The Department of Justice (DOJ) doesn't make the laws, it just enforces them. The DOJ, one of 15 federal executive departments, is charged with enforcing federal law, defending the rights of US citizens, and representing the legal interests of the US government. The department covers both civil and criminal areas of federal law and is involved in everything from prosecuting offenders of antitrust laws to investigating organized crime. With the US Attorney General at its helm, the DOJ comprises more than 50 separate agencies, including the FBI, ATF, US Marshals, BOP, CRS, and US Attorneys. It has an annual budget in excess of $27 billion.
Eric Holder was appointed the 82nd US Attorney General in 2009. Prior to his appointment, Holder was a judge of the Superior Court of the District of Columbia and Deputy Attorney General of the US.
Over the years, the structure of the DOJ has changed with the addition of a Deputy Attorney General, Associate Attorney General, Assistant Attorneys General, and the formation of Divisions and components.
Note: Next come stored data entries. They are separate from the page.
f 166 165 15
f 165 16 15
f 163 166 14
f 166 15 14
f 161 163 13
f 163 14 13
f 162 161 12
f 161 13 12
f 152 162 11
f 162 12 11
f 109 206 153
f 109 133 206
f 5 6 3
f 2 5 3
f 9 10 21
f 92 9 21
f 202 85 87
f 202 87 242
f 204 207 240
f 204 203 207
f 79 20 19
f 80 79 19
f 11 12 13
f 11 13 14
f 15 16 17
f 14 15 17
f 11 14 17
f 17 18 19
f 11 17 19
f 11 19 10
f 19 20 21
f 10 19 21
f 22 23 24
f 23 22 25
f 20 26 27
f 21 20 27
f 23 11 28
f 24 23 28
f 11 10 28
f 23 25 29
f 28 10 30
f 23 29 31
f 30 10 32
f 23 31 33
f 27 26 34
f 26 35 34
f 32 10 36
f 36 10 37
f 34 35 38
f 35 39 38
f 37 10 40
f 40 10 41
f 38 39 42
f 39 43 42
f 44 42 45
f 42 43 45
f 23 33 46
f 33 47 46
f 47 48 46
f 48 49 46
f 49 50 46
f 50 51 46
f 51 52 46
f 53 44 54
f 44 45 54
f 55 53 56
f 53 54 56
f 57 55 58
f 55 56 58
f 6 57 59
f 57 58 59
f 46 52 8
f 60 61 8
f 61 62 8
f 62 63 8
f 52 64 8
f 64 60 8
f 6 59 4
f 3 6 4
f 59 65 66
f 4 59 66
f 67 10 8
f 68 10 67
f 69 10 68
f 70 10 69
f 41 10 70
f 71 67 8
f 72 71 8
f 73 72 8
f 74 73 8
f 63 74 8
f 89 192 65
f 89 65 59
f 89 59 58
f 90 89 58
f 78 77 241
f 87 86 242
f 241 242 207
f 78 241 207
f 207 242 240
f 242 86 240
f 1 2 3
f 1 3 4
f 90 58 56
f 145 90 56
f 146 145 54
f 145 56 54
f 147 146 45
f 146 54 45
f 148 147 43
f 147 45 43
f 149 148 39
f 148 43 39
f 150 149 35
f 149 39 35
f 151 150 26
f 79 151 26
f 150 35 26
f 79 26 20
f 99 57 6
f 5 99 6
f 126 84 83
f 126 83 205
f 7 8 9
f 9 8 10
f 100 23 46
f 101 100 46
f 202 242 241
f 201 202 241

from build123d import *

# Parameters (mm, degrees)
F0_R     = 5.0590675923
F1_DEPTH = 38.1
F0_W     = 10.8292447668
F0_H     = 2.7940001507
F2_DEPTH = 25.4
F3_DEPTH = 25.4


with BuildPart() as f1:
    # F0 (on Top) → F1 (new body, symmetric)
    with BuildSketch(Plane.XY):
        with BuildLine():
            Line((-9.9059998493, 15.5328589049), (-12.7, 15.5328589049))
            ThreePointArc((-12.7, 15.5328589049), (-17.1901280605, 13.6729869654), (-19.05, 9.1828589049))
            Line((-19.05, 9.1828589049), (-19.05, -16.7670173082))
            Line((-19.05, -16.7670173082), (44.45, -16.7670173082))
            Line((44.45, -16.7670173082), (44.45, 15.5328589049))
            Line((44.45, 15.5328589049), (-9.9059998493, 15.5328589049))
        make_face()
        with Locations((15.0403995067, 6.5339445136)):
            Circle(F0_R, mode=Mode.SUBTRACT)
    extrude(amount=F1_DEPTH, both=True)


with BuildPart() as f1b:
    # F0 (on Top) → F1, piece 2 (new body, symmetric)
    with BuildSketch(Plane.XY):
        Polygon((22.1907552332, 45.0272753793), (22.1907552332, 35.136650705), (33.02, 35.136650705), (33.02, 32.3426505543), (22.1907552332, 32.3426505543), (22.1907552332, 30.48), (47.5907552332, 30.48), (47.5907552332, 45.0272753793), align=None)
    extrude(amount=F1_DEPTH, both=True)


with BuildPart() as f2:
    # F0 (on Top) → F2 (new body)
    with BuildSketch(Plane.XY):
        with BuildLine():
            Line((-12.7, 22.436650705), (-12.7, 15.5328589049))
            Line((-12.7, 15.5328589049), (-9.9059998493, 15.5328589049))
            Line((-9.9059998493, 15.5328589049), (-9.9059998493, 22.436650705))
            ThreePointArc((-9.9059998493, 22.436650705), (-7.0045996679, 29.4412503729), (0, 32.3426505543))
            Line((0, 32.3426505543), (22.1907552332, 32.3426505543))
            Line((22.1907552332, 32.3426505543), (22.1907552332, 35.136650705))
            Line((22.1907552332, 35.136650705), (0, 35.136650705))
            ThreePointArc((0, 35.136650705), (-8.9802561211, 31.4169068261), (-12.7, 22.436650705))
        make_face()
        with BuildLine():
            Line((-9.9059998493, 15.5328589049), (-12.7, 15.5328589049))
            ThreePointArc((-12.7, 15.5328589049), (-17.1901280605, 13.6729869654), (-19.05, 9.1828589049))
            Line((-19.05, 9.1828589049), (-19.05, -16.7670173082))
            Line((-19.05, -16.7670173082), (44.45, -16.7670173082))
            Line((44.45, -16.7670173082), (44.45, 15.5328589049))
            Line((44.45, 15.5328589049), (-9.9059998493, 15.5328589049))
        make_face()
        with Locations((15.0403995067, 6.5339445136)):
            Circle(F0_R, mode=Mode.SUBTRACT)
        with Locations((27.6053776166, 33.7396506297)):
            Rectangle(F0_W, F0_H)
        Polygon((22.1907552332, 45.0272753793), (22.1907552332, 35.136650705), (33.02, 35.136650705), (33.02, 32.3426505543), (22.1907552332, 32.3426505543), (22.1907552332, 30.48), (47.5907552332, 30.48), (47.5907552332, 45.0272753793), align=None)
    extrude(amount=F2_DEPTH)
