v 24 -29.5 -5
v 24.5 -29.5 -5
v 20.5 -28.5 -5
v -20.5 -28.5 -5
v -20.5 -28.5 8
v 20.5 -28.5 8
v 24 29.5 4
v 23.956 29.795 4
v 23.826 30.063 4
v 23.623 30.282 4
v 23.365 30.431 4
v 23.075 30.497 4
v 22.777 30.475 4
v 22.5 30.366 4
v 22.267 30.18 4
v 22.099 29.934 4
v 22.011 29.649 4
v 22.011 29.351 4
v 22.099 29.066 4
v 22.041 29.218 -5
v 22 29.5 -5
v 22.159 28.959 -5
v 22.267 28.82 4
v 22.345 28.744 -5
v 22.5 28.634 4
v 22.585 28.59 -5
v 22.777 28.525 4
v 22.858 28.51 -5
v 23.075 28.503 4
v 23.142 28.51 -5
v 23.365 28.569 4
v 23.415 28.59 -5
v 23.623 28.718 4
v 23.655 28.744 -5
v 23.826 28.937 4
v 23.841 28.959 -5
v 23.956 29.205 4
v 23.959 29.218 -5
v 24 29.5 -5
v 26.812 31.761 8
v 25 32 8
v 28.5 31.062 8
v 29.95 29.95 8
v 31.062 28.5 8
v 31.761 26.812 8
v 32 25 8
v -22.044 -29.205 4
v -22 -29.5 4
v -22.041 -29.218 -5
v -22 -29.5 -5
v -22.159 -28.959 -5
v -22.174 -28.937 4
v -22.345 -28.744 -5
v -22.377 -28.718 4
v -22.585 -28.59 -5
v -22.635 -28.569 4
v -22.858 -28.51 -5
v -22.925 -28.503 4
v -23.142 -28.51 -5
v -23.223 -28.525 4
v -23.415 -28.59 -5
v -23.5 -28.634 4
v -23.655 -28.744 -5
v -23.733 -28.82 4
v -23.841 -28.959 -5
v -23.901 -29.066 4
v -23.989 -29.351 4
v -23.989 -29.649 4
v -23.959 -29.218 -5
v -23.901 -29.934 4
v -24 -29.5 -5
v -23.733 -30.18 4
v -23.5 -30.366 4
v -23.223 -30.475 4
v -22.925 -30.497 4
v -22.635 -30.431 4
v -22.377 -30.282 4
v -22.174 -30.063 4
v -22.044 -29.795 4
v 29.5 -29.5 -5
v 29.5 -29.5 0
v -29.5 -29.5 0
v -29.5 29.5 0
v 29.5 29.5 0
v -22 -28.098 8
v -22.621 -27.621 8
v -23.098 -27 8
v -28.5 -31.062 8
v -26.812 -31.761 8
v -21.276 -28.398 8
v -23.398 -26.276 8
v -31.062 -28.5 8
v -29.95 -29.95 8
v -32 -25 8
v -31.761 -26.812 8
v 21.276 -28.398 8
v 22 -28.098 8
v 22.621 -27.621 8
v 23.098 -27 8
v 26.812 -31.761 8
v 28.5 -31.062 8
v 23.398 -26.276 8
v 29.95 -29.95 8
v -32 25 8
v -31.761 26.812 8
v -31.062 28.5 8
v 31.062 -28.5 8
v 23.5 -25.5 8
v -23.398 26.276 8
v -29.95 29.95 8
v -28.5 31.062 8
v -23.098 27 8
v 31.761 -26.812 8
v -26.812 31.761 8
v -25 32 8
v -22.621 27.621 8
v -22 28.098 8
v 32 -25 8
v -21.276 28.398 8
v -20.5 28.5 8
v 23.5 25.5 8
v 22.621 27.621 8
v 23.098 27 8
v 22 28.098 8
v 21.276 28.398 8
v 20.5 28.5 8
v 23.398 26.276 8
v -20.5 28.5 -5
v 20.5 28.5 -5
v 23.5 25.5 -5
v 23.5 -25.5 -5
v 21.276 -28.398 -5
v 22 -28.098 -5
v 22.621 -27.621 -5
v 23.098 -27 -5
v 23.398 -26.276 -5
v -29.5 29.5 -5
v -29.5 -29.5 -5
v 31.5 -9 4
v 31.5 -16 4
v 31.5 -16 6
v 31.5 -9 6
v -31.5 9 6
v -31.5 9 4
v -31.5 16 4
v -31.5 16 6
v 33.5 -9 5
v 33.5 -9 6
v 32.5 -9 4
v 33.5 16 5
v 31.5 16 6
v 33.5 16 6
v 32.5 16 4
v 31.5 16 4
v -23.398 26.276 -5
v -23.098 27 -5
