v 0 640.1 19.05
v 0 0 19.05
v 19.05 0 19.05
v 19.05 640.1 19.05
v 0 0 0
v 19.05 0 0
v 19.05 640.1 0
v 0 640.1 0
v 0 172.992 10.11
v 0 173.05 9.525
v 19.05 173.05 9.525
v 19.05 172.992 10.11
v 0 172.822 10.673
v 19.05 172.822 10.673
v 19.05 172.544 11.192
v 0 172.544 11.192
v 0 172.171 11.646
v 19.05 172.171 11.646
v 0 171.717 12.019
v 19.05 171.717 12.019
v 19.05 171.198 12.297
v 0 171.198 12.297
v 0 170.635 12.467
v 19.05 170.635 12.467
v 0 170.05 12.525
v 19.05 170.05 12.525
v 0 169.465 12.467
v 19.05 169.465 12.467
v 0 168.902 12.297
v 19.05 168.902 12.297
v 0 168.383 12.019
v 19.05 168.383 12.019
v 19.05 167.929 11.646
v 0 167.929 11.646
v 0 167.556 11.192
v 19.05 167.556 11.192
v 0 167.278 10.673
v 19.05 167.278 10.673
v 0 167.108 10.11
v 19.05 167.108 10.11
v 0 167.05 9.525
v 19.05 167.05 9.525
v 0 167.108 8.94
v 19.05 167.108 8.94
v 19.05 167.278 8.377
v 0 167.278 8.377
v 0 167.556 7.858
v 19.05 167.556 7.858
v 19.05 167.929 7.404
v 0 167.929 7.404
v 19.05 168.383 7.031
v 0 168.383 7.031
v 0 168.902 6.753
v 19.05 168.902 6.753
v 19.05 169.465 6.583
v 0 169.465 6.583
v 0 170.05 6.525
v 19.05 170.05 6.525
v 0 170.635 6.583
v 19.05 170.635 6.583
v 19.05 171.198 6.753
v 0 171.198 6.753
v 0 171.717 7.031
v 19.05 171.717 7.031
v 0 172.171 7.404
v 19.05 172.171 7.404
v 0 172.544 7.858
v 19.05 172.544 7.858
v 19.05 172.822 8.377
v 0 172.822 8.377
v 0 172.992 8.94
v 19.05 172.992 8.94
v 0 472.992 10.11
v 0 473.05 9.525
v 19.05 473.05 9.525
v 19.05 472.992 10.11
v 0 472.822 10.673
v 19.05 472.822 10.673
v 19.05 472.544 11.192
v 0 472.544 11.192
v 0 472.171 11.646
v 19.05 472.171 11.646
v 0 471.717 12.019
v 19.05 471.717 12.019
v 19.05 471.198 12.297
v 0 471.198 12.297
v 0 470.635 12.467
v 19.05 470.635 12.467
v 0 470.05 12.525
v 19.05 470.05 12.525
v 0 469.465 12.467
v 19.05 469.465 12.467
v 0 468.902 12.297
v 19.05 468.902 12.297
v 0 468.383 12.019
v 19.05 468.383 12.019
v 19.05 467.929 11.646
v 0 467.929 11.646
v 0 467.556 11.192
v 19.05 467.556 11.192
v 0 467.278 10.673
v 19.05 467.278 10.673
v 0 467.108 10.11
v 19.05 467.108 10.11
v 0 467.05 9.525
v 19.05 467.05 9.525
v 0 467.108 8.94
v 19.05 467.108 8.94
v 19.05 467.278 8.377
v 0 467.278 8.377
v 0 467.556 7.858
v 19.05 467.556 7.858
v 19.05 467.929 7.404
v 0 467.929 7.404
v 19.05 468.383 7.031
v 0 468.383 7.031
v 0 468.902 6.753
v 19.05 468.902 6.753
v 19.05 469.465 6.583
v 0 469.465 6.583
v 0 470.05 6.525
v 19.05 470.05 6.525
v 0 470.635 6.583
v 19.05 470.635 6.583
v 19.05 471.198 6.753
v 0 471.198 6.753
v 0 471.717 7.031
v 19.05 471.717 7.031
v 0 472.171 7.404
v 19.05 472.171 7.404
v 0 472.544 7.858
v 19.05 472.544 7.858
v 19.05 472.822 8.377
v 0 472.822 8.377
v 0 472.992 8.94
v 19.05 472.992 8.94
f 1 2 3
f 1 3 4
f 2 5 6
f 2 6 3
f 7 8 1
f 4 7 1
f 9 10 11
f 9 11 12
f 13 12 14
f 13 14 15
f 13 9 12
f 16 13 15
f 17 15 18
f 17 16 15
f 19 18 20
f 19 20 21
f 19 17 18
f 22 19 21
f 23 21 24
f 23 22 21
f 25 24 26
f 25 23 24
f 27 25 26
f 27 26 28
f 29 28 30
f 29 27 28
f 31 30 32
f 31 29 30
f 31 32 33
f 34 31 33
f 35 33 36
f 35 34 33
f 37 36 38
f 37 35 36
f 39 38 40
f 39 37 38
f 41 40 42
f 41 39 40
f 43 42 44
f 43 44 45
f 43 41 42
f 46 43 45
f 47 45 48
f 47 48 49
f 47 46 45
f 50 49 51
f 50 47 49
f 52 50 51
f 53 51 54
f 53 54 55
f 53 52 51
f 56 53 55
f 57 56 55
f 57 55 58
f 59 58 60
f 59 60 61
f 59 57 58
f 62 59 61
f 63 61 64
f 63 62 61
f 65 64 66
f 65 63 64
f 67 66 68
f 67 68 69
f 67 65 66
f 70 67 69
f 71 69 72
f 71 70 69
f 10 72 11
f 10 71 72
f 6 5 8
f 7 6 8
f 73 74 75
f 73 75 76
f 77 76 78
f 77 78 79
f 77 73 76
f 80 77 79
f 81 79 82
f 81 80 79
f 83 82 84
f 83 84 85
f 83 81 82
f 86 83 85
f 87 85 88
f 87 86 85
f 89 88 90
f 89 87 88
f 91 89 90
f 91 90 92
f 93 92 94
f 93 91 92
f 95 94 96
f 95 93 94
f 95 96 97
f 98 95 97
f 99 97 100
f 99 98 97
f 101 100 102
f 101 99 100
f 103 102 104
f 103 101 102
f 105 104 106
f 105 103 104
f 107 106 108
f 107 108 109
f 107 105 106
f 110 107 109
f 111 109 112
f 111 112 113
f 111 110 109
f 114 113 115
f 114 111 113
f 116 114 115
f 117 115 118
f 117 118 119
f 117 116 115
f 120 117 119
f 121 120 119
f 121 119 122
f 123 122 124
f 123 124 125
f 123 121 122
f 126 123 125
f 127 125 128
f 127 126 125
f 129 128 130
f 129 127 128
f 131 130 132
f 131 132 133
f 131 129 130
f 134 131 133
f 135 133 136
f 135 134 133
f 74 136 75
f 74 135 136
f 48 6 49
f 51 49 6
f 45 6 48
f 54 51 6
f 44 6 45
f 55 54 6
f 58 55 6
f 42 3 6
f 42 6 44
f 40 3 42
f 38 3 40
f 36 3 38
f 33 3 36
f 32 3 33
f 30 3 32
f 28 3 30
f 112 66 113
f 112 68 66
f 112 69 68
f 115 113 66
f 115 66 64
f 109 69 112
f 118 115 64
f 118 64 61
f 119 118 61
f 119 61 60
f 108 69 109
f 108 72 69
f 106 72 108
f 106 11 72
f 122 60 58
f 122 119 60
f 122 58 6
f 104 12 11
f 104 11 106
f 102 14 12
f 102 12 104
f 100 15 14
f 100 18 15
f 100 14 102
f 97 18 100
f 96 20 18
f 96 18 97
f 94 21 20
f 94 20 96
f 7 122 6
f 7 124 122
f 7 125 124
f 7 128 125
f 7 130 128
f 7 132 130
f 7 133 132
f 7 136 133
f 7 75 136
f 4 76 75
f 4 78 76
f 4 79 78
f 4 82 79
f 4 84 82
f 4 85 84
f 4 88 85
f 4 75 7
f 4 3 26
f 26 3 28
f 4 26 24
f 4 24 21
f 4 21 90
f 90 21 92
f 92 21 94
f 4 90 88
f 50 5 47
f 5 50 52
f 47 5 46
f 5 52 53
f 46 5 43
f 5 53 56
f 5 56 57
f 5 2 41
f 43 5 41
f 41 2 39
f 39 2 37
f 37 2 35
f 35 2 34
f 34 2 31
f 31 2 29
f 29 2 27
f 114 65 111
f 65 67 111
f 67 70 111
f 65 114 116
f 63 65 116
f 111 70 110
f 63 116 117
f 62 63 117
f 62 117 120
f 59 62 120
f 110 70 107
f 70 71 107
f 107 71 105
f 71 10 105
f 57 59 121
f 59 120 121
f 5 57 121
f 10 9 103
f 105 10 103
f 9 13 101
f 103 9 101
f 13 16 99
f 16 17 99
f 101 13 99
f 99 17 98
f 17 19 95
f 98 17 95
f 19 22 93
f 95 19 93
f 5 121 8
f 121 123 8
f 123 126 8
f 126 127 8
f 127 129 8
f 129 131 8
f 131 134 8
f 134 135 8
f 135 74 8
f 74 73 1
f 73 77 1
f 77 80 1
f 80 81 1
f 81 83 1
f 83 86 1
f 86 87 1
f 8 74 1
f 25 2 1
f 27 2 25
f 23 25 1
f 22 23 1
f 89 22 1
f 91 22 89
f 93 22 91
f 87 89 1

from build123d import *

# Parameters (mm, degrees)
SKETCH_W  = 640.1
SKETCH_H  = 19.05
SKETCH_R  = 3
PAD_DEPTH = 19.05


with BuildPart() as part:
    # Sketch → Pad (new body)
    with BuildSketch(Plane.YZ):
        with Locations((320.05, 9.525)):
            Rectangle(SKETCH_W, SKETCH_H)
        with Locations((170.05, 9.525)):
            Circle(SKETCH_R, mode=Mode.SUBTRACT)
        with Locations((470.05, 9.525)):
            Circle(SKETCH_R, mode=Mode.SUBTRACT)
    extrude(amount=PAD_DEPTH)


solid = part.part
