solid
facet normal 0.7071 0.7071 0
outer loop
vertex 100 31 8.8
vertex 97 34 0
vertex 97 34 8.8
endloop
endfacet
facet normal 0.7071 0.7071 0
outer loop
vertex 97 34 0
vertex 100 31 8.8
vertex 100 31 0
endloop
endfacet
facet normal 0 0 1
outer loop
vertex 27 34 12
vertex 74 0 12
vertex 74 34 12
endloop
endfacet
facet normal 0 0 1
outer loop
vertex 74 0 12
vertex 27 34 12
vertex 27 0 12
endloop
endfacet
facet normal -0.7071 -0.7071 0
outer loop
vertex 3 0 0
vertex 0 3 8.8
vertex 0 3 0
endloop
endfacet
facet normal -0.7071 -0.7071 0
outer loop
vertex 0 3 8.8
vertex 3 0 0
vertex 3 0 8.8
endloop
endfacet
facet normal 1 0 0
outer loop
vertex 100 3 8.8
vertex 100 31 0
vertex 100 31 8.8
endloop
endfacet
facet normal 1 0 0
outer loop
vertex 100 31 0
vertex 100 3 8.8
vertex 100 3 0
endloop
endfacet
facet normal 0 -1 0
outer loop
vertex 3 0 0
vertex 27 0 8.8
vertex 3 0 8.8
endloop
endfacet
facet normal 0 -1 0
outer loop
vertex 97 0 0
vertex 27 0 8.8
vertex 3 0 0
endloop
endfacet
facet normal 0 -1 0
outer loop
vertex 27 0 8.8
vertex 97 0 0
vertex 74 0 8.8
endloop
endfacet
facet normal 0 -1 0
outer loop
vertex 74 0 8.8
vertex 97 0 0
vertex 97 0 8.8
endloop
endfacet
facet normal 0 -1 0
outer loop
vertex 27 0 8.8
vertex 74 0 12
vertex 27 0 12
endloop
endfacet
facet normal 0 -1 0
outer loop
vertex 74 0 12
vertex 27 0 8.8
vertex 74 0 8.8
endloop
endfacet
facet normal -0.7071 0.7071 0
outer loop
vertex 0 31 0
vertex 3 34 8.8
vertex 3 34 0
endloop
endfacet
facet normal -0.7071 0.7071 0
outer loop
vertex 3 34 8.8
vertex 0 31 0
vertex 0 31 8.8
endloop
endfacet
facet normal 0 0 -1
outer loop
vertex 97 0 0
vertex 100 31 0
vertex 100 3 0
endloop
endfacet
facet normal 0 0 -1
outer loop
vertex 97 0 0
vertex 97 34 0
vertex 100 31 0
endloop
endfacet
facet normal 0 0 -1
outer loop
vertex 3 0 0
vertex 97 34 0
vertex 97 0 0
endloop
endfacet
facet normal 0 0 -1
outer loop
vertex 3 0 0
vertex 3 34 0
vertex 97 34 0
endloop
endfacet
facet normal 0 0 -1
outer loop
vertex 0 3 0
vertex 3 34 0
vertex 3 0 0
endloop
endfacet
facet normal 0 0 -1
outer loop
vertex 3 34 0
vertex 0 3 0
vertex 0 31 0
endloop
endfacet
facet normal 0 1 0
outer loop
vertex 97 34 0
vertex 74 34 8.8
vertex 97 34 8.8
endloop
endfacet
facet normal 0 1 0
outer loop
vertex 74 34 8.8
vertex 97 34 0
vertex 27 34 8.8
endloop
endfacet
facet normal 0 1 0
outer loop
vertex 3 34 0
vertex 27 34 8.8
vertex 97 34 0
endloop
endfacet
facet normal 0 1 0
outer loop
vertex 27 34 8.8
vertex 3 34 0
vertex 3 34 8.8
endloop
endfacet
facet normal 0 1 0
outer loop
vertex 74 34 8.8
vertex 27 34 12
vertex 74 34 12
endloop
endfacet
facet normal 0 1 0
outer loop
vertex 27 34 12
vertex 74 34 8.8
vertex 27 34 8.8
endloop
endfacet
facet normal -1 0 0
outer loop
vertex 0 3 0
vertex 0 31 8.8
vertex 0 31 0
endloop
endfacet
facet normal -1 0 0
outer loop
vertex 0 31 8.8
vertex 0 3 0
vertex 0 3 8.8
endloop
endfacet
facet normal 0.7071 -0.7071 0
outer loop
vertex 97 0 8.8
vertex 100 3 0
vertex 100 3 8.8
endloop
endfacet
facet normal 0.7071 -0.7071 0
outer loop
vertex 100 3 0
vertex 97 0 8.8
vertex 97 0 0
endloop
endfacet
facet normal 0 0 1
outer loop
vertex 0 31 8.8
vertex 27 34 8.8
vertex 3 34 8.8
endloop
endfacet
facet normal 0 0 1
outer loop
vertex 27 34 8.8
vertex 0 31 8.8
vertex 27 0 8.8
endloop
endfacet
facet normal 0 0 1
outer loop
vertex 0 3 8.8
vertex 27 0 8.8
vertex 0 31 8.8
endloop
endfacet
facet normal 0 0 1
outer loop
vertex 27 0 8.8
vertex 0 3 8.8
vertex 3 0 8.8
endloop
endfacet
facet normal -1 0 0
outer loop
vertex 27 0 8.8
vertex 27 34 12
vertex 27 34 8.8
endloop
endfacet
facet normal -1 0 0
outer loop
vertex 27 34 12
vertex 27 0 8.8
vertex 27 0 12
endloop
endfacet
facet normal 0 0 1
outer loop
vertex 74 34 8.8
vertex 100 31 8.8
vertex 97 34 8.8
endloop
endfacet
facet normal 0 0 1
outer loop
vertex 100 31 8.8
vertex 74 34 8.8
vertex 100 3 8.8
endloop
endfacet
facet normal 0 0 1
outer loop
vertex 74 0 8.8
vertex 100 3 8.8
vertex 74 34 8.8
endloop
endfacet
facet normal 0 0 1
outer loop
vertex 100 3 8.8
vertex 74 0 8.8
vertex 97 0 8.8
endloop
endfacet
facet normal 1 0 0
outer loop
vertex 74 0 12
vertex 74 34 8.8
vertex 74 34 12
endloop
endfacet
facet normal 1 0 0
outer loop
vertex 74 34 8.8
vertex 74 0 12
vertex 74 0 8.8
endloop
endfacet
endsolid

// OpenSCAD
$fn = 32;

// ----------------------------------------------------------------------
// Stepped bar: centerstep, 100 x 34 x 12/8.8 mm
// ----------------------------------------------------------------------

// --- parameters (mm) ---
bar_l = 100;              // bar length, X
bar_w = 34;               // bar width, Y
plate_t = 12;             // thickness of the thick zone, Z
thin_t = 8.8;             // thickness of the thin zone
corner_c = 3;             // corner chamfer of the bar
step_cut = 3.2;           // material removed from the thin zone
thick_from = 27;          // start of the thick middle zone
thick_to = 74;            // end of the thick middle zone
depth_1 = 3.2;            // depth of cut 1 from the top face
depth_2 = 3.2;            // depth of cut 2 from the top face

profile = [[3, 0], [97, 0], [100, 3], [100, 31], [97, 34], [3, 34], [0, 31], [0, 3]];  // primary outline, 8 points, counter clockwise
void_1 = [[-1, -1], [27, -1], [27, 35], [-1, 35]];  // thin left end, 4 points
void_2 = [[74, -1], [101, -1], [101, 35], [74, 35]];  // thin right end, 4 points

// --- the one profile operation ---
difference() {
  linear_extrude(height = plate_t) polygon(points = profile);
  translate([0, 0, plate_t - depth_1])
    linear_extrude(height = depth_1 + 1) polygon(points = void_1);
  translate([0, 0, plate_t - depth_2])
    linear_extrude(height = depth_2 + 1) polygon(points = void_2);
}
James Cole was sworn in as the Deputy Attorney General in January 2011.
In its 2012-2016 Strategic Plan, the DOJ laid out three broad goals: prevent terrorism and promote the nation's security, prevent crime and protect the rights of the American people, and ensure and support the fair and impartial administration of justice. Furthermore, shorter-term (12-24 months) priority goals include providing better information to the US intelligence community, reducing gang violence, preventing financial and healthcare fraud, and protecting the vulnerable from child exploitation and civil rights abuses.